#20
Keine Reaktion. Ein erneuter Druck auf die Taste.

Verbindung wird hergestellt…

Es passierte nichts. Minutenlang.

Verbindung fehlgeschlagen.

Wieder ein Druck auf die Taste, mehrfach diesmal, fester.

Verbindung wird hergestellt…

Verbindung fehlgeschlagen.

Mehrfaches lautstarkes Hämmern auf die Taste.

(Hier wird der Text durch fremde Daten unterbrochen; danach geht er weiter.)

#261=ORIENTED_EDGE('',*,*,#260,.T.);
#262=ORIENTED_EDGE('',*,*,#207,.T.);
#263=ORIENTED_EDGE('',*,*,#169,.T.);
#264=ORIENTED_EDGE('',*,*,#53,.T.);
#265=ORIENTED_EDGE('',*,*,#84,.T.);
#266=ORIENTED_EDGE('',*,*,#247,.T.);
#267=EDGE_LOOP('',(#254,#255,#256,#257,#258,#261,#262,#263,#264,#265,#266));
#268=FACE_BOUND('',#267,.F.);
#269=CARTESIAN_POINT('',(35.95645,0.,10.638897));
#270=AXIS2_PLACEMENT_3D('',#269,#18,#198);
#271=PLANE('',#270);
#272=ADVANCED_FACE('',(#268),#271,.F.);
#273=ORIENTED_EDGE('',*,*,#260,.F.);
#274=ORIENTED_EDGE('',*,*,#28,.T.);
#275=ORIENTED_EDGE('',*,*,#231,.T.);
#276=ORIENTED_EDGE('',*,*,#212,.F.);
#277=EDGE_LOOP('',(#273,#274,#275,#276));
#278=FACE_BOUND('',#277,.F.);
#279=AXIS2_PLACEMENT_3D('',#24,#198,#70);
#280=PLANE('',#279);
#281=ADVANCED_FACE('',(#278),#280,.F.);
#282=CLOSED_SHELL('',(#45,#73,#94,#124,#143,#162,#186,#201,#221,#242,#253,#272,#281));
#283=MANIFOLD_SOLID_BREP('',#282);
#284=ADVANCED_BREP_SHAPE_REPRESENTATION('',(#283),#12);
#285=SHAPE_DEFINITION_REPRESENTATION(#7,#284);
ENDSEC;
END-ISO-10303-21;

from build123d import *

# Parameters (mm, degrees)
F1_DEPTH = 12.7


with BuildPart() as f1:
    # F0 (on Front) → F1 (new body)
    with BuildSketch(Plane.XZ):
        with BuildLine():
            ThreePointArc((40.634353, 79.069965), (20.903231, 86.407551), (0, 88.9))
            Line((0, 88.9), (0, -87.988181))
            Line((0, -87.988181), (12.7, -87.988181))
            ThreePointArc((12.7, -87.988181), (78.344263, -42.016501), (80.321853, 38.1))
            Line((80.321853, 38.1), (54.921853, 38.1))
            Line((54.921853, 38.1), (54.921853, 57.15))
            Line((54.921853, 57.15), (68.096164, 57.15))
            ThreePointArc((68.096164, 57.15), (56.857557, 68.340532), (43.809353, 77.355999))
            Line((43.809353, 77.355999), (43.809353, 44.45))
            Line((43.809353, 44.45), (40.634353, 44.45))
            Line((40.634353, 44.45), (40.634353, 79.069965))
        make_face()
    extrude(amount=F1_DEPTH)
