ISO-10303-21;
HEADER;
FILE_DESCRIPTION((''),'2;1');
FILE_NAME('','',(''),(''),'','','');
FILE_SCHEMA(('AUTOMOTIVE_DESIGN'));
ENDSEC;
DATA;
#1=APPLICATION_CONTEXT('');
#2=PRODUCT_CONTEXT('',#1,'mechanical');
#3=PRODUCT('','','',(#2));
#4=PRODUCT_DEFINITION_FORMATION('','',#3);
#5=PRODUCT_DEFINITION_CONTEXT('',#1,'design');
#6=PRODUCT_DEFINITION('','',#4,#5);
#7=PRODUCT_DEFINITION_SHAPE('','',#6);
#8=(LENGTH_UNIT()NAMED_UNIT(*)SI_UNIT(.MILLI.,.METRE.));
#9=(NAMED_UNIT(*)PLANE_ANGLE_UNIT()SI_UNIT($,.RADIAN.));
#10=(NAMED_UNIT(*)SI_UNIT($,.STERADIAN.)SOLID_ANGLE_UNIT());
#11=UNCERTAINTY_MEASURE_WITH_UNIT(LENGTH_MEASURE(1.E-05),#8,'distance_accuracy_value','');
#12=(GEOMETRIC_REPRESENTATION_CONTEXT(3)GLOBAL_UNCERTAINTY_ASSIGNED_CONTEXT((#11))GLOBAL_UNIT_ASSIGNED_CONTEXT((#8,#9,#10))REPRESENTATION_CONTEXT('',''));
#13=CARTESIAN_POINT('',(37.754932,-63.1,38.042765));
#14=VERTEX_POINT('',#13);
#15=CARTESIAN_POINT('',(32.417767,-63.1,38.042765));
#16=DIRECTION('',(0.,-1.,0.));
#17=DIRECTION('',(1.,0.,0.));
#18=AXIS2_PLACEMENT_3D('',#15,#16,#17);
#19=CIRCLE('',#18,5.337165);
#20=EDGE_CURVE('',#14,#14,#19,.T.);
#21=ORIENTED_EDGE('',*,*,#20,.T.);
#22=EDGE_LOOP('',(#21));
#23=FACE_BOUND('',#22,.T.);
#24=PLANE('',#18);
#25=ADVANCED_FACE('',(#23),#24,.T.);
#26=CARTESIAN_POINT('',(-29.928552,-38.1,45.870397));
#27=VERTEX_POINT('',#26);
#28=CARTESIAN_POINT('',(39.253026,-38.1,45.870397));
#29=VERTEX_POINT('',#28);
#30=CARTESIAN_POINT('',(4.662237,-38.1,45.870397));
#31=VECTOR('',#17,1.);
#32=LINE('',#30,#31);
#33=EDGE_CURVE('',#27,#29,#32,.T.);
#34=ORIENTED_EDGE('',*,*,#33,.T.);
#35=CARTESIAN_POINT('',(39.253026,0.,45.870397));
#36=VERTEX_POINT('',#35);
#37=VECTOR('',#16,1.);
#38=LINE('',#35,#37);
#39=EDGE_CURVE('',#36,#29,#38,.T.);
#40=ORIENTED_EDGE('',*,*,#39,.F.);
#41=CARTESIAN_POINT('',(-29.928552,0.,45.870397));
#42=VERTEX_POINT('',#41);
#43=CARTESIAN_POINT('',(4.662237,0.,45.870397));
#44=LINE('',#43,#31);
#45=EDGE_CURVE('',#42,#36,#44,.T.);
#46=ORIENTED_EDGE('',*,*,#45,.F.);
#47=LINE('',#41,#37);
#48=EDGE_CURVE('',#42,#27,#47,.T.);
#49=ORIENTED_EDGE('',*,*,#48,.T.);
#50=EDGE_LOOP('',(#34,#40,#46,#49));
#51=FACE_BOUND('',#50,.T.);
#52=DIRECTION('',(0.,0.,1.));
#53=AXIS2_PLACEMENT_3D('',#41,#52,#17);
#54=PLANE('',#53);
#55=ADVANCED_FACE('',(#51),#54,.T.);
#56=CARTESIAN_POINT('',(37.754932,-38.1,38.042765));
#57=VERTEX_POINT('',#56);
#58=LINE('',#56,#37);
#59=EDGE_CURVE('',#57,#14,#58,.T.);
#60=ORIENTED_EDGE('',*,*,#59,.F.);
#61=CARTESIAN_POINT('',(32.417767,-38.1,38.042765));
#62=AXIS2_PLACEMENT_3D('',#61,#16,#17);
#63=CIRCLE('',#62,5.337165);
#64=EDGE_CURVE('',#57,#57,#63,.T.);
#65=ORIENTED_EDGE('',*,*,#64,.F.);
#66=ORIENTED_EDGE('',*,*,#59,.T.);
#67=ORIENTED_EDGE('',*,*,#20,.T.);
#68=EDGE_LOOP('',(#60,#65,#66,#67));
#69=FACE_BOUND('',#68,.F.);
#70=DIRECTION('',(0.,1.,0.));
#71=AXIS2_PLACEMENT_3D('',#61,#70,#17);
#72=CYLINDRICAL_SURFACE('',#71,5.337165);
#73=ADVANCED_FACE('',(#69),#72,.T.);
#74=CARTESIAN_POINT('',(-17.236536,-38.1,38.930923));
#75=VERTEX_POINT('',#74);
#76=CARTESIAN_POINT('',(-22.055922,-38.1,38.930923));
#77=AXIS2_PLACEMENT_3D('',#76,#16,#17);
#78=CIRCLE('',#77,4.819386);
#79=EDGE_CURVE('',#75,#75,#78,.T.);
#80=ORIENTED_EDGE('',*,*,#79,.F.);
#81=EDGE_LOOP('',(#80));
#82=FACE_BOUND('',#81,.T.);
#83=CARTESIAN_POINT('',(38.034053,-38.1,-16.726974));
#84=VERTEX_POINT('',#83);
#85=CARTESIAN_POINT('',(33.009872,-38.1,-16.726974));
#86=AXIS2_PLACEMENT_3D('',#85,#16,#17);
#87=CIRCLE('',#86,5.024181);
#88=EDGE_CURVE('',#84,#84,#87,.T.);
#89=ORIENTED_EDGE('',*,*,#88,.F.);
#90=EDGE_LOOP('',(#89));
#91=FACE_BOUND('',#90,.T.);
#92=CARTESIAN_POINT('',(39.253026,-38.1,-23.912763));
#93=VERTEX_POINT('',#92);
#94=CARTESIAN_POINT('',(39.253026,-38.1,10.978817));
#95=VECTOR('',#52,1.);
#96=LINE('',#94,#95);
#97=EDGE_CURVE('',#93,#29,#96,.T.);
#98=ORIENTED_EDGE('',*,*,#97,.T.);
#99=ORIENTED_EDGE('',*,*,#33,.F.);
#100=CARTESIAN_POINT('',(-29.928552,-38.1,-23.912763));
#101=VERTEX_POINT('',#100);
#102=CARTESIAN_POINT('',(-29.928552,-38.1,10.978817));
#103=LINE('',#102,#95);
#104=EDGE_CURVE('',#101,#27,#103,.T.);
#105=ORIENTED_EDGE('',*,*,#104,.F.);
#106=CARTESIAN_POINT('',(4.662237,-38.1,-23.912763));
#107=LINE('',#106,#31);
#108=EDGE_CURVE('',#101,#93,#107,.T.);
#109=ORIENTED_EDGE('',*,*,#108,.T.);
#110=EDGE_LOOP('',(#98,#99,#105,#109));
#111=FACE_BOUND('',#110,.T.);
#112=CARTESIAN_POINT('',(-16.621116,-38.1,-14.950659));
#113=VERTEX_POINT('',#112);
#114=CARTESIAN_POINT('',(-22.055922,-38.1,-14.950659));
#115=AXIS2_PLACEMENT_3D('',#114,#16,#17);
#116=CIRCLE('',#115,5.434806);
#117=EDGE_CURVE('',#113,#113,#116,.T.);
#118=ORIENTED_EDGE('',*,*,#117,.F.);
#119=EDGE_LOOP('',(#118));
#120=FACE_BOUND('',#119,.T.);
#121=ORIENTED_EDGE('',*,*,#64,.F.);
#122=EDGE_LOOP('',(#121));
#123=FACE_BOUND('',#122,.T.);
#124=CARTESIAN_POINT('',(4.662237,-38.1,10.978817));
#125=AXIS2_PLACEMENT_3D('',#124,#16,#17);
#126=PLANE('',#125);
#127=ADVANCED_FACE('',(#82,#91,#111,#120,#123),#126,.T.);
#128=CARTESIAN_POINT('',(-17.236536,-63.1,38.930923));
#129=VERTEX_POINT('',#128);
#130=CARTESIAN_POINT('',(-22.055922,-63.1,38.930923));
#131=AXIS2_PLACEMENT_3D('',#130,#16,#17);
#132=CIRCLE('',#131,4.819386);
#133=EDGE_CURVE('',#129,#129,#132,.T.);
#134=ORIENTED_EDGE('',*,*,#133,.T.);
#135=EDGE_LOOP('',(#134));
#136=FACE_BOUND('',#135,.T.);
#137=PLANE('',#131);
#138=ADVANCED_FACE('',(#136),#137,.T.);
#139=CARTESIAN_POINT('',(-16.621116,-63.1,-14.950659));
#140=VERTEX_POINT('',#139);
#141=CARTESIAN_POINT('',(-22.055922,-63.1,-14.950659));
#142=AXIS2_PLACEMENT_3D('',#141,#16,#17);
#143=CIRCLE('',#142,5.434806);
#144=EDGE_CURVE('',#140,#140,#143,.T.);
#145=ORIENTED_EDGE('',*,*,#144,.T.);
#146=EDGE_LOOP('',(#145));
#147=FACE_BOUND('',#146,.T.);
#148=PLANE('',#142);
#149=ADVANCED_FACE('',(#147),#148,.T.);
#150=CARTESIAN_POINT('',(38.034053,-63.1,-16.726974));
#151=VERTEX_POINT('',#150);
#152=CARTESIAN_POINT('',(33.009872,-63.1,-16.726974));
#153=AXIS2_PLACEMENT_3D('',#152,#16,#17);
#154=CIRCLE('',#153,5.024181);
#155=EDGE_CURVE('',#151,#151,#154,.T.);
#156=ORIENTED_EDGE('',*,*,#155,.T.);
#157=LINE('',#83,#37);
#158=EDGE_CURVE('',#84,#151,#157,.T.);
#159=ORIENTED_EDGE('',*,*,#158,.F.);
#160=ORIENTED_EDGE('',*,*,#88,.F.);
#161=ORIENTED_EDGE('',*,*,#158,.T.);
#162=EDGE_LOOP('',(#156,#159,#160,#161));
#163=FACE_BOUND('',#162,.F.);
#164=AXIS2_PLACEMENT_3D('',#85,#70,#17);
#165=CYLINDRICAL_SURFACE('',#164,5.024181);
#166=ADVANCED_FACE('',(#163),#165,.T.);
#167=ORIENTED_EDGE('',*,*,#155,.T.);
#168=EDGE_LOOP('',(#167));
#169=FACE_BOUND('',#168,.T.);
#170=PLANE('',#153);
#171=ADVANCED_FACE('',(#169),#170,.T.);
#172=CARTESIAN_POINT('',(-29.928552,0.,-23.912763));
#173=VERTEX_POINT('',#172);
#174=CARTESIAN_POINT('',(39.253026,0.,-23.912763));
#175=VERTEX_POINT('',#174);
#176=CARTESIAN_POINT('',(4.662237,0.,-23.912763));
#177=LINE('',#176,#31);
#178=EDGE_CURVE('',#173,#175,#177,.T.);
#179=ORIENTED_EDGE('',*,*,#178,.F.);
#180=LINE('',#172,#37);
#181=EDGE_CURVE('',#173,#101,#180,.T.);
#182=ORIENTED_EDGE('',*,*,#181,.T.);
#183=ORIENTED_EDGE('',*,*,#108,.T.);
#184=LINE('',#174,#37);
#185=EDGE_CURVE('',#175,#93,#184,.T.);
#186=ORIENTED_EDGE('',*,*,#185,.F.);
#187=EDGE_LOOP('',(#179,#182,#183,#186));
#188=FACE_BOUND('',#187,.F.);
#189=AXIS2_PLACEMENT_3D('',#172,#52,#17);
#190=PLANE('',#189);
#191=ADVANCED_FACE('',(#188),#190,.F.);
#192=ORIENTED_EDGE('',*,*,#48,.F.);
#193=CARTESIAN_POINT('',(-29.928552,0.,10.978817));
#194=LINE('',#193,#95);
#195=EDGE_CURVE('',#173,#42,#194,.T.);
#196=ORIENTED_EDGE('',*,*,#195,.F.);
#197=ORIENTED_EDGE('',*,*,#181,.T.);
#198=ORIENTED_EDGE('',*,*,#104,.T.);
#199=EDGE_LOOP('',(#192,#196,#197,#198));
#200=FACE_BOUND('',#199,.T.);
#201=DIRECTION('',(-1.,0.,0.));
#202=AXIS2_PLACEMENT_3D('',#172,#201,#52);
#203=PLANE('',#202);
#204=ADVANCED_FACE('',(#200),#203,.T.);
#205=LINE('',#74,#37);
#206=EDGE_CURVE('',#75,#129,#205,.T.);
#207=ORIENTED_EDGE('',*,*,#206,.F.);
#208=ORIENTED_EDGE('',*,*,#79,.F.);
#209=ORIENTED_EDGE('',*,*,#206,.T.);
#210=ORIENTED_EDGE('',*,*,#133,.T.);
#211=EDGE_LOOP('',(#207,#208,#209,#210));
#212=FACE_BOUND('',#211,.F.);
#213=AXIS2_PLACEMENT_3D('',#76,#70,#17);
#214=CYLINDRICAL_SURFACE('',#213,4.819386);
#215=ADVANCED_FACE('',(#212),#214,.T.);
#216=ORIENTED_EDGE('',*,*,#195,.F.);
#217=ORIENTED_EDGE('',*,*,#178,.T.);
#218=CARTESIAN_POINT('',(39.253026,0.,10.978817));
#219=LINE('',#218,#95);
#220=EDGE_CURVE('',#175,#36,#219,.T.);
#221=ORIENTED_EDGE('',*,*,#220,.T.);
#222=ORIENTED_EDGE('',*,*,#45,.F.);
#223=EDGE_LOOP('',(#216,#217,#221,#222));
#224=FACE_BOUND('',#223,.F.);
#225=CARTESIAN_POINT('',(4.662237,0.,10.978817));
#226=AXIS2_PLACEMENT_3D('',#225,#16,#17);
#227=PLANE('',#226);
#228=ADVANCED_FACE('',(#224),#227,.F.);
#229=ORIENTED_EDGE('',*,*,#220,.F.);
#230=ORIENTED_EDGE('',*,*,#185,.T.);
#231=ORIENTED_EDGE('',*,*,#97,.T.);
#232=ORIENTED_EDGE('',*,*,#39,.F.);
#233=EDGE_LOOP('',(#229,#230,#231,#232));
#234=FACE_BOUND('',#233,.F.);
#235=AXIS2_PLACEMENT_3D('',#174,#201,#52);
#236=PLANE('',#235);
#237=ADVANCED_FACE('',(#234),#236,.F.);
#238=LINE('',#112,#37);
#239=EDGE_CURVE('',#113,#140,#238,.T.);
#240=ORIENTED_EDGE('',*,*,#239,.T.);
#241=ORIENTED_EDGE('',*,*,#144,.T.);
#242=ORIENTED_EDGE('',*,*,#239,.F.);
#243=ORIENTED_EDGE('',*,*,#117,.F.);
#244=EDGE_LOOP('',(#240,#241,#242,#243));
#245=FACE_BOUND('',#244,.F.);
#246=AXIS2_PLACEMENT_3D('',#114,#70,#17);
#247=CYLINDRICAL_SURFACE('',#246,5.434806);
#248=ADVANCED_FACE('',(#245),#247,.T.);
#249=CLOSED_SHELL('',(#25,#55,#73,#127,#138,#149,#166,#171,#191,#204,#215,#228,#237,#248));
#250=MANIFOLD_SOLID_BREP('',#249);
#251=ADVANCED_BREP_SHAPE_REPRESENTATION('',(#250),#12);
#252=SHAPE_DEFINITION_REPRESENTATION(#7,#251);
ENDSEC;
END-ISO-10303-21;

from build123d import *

# Parameters (mm, degrees)
F0_W     = 69.181578
F0_H     = 69.78316
F1_DEPTH = 38.1
F2_R     = 4.819386
F2_R_2   = 5.434806
F2_R_3   = 5.024181
F2_R_4   = 5.337165
F3_DEPTH = 25


with BuildPart() as f1:
    # F0 (on Front) → F1 (new body)
    with BuildSketch(Plane.XZ):
        with Locations((4.662237, 10.978817)):
            Rectangle(F0_W, F0_H)
    extrude(amount=F1_DEPTH)

    # F2 (on face) → F3 (join)
    with BuildSketch(Plane.XZ.offset(38.1)):
        with Locations((-22.055922, 38.930923)):
            Circle(F2_R)
        with Locations((-22.055922, -14.950659)):
            Circle(F2_R_2)
        with Locations((33.009872, -16.726974)):
            Circle(F2_R_3)
        with Locations((32.417767, 38.042765)):
            Circle(F2_R_4)
    extrude(amount=F3_DEPTH)


solid = f1.part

Verbindung wird hergestellt…

Verbindung fehlgeschlagen.

Keine Reaktion. Cassio saß mittlerweile auf dem Bett in seinem Gastquartier, als der letzte Fehlschlag gemeldet wurde. Stumm starrte er mit bis zur Schmerzgrenze aufeinandergepressten Kiefern in die Leere des Zimmers hinein, sein Körper zittrig. Ein brodelnder Vulkan vor dem Ausbruch. Das Datapad in seinen Händen nahe am Zerbrechen festgeklammert.
„Diese verdammten Schweine“, knurrte er ziellos in den Raum, in einer üblen Mischung aus Abscheu und Fassungslosigkeit. Das Datapad bog sich leicht in seinen Händen. Sein Mund verzog sich und machte sein Gesicht zu einer bloßen wütenden Fratze. Im nächsten Moment donnerte das Datapad auf den Boden und zersprang dort in tausend Teile. Er wusste nicht, wie lange er auf dem Bett saß und die Scherben uneingedenk seiner Umgebung betrachtete. Vielleicht eine halbe Stunde, vielleicht länger. Irgendwann musste er, wenn auch ohne jeden konkreten Plan, jedoch aufstehen, und ging gedankenlos durch das Quartier. Das Glas des Displays knackte unter seinen Stiefeln, immer wieder, während er im Zimmer herumkreiste. Doch die Zeilen vor seinen Augen verschwanden nicht, ganz gleich wie viele Kreise er zog. Etwas später fand er sich wieder auf dem Bett sitzend wieder, fast so als hätte er einige Minuten gar nicht realisiert. Er fühlte sich erbärmlich. Schwer zu sagen, wie lange er da so saß, nach vorne gebeugt, die Hände in den Haaren vergraben. Verzweiflung breitete sich in ihm aus, ein Gefühl, das er sehr lange nicht mehr gespürt hatte, zumindest nicht in dieser Form. Und doch kam es sofort wieder, die Erinnerung daran. Er stieß etwas Luft aus, vielleicht um diese abzustoßen, doch wenn das der Versuch war, so scheiterte er. Im Gegenteil, beim darauf folgenden Einatmen roch er die Luft von Anaxes wieder, das Haus an der Klippe, der Duft hölzerner Wände. Cassio biss sich auf die Lippe, als seine Gedanken auf den dunklen Schemen einer verbotenen Erinnerung abdrifteten, der an einem Tisch saß und zu ihm hoch sah.
„Schon zurück?“, hörte er sich selbst fragen, freudig überrascht.
Der Schemen öffnete den Mund zur Antwort.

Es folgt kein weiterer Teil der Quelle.